TASK DESCRIPTION:
From the records below, take each line where the string "revolve" shows up and copy it.

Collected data
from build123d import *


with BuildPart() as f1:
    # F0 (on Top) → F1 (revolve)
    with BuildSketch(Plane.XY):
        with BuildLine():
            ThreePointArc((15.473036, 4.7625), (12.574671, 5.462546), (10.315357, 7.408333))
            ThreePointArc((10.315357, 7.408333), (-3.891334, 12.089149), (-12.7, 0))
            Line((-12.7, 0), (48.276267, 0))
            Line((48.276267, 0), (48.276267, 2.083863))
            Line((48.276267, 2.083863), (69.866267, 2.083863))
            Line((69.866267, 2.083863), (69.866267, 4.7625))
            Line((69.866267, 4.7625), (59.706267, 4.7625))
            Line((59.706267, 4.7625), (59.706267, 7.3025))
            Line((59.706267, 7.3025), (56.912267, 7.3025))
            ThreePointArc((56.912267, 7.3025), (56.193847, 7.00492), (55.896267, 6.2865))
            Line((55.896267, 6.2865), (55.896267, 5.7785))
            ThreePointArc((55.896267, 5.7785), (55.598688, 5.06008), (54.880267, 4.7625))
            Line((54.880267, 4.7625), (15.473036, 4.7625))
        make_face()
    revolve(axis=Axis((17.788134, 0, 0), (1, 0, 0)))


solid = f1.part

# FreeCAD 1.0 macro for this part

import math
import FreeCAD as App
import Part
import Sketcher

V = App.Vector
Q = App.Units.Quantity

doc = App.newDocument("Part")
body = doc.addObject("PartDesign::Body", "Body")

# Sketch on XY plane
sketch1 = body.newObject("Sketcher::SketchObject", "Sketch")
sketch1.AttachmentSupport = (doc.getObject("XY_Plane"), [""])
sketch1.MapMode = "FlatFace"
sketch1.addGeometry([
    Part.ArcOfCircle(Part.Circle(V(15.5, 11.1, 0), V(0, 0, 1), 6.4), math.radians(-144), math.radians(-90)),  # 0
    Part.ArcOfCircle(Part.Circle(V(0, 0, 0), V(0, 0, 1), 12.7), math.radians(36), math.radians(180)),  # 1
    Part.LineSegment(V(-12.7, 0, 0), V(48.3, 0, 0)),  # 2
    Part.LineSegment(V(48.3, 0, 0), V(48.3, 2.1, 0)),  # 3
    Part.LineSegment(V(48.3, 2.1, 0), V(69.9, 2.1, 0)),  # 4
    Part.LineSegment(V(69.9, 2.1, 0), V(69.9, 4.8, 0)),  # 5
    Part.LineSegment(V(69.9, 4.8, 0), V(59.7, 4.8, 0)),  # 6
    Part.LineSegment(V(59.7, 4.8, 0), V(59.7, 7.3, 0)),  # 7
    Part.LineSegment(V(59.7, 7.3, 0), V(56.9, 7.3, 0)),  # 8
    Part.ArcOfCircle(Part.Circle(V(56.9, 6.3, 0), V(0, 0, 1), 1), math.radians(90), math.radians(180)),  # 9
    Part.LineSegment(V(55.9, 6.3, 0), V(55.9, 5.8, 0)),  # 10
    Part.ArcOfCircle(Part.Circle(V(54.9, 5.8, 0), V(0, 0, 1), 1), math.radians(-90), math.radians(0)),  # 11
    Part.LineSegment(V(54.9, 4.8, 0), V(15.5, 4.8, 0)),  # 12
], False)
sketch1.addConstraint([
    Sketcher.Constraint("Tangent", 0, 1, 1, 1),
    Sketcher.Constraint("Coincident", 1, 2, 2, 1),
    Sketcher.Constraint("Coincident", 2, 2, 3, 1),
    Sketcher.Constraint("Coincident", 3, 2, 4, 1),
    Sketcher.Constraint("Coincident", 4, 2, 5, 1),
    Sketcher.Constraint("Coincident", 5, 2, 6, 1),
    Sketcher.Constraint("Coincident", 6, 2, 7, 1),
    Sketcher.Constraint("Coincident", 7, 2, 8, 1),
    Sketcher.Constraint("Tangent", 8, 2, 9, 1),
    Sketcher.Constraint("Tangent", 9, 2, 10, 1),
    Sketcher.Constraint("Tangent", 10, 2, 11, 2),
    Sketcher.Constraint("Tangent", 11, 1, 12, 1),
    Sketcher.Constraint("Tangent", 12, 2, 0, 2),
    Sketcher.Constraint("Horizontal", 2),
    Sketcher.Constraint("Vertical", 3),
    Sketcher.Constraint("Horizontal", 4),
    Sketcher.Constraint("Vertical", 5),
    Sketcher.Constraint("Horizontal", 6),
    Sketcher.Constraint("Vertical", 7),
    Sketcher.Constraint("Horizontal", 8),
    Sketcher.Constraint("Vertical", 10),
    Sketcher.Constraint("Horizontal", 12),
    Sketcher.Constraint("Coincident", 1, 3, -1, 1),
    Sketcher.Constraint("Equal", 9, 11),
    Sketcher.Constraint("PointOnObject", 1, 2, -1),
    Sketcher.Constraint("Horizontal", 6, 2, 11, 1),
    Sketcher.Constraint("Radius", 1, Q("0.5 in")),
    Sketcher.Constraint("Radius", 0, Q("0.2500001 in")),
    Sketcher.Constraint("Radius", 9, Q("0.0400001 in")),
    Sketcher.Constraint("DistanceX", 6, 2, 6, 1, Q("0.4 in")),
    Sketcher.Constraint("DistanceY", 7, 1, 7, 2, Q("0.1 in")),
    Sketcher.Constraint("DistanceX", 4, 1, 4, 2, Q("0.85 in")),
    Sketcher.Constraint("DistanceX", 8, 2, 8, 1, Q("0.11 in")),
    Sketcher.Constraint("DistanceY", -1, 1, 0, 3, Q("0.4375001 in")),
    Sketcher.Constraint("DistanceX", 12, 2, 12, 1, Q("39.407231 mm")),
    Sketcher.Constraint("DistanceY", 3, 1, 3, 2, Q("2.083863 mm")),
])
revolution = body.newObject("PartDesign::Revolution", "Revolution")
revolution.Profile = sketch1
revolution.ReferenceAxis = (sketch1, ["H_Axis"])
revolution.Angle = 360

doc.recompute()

RESPONSE AREA:
    # F0 (on Top) → F1 (revolve)
    revolve(axis=Axis((17.788134, 0, 0), (1, 0, 0)))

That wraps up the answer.